Fig 5. Transcript stabilities do not account for non-gradient patterns, indicating that relative mRNA levels strongly reflect RSV gene expression.

(a) Viral mRNAs decay after addition of GS-5734, a viral polymerase inhibitor. Viral mRNA levels were divided by RNase P mRNA levels to control for well-to-well variation in the amount of sample obtained, then normalized. Each dot represents the mean normalized mRNA # and error bars the standard deviation of two independent experiments (n = 2). For each independent experiment, a mean was calculated from the means of two different samples; and each sample mean was obtained from duplicate measurements. (b) Decay constants obtained from exponential decay functions fit to each data set were used to calculate mRNA half-lives (RSV/A/GA1Tracy [pale blue]; RSV/A/ON/121301043A [dark blue]; RSV/B/GB1/18537 [light green]; RSV/B/BA/80171 [dark green]). (c) Transcript stabilities cannot account for non-gradient mRNA levels. Grey bars depict relative mRNA levels expected from an expression gradient resulting from a 20% decrease in transcription at every gene junction. Each dot depicts the mean expressed mRNA # / total expressed mRNA # estimated for the indicated mRNA species and virus isolate in HEp-2 cells (MOI = 0.01) at 24 hours post-infection (mRNA expressed = mRNA # observed * e^{(decay constant * 24 hr)}).

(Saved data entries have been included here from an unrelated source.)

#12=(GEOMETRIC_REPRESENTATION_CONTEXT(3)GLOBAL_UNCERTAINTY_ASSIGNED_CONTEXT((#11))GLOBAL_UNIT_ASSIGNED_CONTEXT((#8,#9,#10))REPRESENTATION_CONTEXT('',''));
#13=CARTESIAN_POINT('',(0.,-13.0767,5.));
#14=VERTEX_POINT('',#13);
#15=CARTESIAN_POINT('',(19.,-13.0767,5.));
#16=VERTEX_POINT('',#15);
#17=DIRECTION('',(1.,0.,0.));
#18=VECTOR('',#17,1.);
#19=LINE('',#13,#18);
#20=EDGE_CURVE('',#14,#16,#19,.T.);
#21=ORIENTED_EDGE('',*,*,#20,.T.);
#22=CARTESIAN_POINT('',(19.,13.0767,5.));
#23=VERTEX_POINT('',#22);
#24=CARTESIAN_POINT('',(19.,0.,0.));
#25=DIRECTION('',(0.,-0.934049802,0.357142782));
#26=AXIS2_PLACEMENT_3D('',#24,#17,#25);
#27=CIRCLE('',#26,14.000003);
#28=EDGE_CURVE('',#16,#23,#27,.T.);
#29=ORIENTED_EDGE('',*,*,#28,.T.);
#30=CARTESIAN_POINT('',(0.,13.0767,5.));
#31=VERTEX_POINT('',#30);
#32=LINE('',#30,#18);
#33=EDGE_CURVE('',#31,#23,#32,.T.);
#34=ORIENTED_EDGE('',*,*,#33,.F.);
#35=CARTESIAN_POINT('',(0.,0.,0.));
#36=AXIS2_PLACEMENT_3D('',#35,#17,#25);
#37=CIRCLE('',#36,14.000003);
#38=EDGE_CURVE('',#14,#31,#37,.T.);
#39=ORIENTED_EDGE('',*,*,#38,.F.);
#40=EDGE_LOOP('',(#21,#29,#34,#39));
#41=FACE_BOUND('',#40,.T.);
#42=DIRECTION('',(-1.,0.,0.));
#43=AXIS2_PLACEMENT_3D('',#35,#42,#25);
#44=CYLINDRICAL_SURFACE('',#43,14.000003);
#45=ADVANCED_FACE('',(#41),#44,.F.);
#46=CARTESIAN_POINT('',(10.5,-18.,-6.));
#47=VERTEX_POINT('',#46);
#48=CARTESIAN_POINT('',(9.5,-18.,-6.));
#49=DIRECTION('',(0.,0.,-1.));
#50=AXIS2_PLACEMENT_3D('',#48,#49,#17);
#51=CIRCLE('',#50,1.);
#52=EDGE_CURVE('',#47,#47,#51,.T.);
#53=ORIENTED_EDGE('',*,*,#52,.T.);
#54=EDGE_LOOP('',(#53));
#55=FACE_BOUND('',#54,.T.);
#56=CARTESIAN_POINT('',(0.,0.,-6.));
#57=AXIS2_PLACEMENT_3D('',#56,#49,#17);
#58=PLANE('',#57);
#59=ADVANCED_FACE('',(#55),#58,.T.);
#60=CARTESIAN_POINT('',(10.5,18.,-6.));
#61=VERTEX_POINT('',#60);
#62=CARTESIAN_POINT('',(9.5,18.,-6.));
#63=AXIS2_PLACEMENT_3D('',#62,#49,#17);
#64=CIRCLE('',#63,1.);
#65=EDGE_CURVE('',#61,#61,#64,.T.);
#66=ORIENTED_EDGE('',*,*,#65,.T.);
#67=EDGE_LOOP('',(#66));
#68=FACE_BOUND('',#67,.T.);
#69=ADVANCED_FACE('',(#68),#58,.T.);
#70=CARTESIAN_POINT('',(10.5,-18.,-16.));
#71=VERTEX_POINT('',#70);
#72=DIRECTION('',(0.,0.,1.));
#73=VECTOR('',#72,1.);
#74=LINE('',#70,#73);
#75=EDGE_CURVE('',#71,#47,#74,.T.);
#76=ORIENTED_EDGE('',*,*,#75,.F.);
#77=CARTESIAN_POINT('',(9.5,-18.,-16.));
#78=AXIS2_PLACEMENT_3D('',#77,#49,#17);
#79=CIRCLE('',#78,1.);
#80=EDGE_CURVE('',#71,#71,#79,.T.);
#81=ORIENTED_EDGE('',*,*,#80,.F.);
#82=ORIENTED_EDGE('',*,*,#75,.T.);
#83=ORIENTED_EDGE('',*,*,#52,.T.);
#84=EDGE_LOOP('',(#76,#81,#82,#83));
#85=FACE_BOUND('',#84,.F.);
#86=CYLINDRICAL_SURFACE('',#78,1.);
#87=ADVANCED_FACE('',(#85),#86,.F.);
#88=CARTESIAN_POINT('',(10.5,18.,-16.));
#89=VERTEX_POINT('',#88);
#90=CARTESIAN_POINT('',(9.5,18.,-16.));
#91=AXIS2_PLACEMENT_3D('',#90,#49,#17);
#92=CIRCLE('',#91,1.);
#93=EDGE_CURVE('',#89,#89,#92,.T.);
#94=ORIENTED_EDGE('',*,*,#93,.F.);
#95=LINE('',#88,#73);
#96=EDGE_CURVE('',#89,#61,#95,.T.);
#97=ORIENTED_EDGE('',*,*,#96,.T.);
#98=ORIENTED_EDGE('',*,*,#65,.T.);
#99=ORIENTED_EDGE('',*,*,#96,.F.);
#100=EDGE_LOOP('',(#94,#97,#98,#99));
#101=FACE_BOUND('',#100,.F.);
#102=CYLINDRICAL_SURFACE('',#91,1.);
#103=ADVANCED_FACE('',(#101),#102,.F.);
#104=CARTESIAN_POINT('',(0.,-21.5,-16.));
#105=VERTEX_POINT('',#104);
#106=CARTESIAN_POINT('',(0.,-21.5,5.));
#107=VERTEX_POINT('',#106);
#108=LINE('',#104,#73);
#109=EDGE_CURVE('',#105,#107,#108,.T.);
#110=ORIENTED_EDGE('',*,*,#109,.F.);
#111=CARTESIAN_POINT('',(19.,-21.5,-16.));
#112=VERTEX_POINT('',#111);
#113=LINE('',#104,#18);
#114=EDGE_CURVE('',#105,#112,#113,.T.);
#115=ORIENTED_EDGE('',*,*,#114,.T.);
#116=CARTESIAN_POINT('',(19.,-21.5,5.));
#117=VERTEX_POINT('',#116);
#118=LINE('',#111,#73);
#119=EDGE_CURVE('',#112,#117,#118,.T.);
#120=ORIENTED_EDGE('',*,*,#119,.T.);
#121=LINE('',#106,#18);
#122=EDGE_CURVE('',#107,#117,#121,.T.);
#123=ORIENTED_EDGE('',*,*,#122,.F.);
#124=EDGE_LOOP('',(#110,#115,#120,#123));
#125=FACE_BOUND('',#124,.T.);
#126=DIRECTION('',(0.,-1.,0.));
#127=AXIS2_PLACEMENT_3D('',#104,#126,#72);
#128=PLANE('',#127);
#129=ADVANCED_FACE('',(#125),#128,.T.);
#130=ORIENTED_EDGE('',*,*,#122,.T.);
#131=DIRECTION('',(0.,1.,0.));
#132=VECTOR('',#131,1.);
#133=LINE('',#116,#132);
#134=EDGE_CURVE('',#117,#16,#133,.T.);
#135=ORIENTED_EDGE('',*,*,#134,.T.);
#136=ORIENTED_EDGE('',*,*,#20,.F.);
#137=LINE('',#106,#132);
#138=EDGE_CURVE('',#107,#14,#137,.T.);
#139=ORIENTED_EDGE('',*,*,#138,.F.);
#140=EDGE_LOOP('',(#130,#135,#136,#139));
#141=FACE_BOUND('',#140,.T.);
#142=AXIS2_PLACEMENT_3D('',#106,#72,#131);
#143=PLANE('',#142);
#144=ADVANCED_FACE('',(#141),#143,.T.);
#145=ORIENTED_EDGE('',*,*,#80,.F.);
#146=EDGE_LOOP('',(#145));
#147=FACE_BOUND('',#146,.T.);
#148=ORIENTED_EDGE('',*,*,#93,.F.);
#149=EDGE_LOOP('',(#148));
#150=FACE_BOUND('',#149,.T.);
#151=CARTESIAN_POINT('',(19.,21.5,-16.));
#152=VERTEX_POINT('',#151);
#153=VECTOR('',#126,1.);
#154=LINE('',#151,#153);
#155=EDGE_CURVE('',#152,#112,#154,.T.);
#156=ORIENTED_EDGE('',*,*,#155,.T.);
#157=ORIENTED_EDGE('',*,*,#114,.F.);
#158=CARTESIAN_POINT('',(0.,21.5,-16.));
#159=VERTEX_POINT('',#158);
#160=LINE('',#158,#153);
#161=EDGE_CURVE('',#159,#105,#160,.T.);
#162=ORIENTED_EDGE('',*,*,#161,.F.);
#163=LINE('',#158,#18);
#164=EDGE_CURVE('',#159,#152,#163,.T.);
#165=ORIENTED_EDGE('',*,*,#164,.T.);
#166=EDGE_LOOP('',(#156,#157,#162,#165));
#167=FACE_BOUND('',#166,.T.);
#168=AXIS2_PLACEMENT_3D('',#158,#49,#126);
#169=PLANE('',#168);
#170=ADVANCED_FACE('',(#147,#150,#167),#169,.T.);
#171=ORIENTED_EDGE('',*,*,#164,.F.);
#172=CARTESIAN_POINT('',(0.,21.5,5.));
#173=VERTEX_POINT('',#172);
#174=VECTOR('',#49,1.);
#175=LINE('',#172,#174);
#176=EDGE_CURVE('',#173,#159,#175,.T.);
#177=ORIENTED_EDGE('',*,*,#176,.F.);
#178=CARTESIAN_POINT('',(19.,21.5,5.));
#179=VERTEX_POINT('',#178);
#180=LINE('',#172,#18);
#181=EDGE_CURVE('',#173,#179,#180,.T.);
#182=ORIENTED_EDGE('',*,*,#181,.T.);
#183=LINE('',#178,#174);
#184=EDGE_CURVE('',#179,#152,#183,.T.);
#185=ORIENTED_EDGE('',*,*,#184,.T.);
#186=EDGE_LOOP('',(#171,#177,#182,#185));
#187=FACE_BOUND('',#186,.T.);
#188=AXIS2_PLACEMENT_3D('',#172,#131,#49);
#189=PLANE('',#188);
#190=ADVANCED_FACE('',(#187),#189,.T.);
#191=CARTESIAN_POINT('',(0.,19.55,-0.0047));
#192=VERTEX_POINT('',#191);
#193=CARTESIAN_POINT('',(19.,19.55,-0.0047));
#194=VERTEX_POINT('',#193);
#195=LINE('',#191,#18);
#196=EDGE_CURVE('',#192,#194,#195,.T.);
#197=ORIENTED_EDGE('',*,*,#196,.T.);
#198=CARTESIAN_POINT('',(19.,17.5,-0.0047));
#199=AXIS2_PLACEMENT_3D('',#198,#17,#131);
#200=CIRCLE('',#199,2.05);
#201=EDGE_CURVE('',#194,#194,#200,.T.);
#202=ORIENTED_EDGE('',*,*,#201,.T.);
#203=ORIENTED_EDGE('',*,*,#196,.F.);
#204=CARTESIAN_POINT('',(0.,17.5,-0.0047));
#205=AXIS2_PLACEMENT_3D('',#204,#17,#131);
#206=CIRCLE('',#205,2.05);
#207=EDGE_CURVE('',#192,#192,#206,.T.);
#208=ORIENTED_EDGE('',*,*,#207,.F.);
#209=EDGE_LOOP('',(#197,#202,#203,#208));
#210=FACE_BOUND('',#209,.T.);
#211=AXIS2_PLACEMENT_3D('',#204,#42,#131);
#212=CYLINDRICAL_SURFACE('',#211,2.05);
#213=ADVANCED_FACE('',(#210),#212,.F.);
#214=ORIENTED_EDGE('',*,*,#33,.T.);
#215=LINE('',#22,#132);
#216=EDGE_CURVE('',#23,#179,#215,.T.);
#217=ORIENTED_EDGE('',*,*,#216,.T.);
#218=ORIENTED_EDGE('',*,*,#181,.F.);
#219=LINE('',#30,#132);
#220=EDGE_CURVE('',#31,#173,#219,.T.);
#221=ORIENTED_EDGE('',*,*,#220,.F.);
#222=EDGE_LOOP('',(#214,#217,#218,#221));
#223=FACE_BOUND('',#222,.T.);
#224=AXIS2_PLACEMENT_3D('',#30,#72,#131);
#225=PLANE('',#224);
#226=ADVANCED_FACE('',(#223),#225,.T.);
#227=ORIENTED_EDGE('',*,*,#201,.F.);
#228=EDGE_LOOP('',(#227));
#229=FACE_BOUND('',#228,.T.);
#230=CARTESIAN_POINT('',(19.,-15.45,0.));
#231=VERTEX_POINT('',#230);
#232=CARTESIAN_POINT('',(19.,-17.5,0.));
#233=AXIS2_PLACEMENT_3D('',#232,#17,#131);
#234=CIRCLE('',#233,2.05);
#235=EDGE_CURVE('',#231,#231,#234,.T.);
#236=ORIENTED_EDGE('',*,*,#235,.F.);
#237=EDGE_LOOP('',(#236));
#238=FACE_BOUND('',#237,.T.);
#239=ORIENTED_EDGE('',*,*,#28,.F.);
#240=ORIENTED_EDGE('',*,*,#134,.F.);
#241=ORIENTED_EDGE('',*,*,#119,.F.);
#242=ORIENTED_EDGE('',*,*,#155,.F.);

Fig 6. Non-gradient transcription requires novel models of RSV transcription.

(a) The hitherto widely accepted model of RSV (and all NSV) transcription involves sequential transcription from the 3’ promoter and transcriptional attenuation at gene junctions. Shown in black and orange is a cartoon representation of an idealized NSV genome. The green arrows represent equal probabilities of transcription at each of five genes, and the red arrows represent equal attenuation of transcription at each gene junction. Combined with sequential transcription, equal probabilities of transcription and equal rates of attenuation (and assuming equal transcript stabilities) result in a gradient of mRNA levels (shown as a plot depicting decreasing levels of mRNA from genes 1 to 5). (b) Non-gradient RSV transcription requires alternative models. Two such models incorporate either 1) transcription of variable probability (top cartoon–see green arrow of increased size indicating a higher probability of transcription at gene 3) and/or 2) polymerase recycling (bottom cartoon–see blue arrows indicating successive rounds of transcription of the same gene, with gene 3 supporting more rounds of transcription). Transcription of variable probability at different genes is supported by published data showing varied effects of different cis-acting sequences on gene expression. Polymerase recycling describes the repeated transcription of a single gene by one or more polymerases before proceeding to a downstream gene. Polymerase recycling would require polymerase scanning, which is well established, and potentially a mechanism to bias polymerase scanning away from the next downstream GS signal and back toward the upstream GS signal.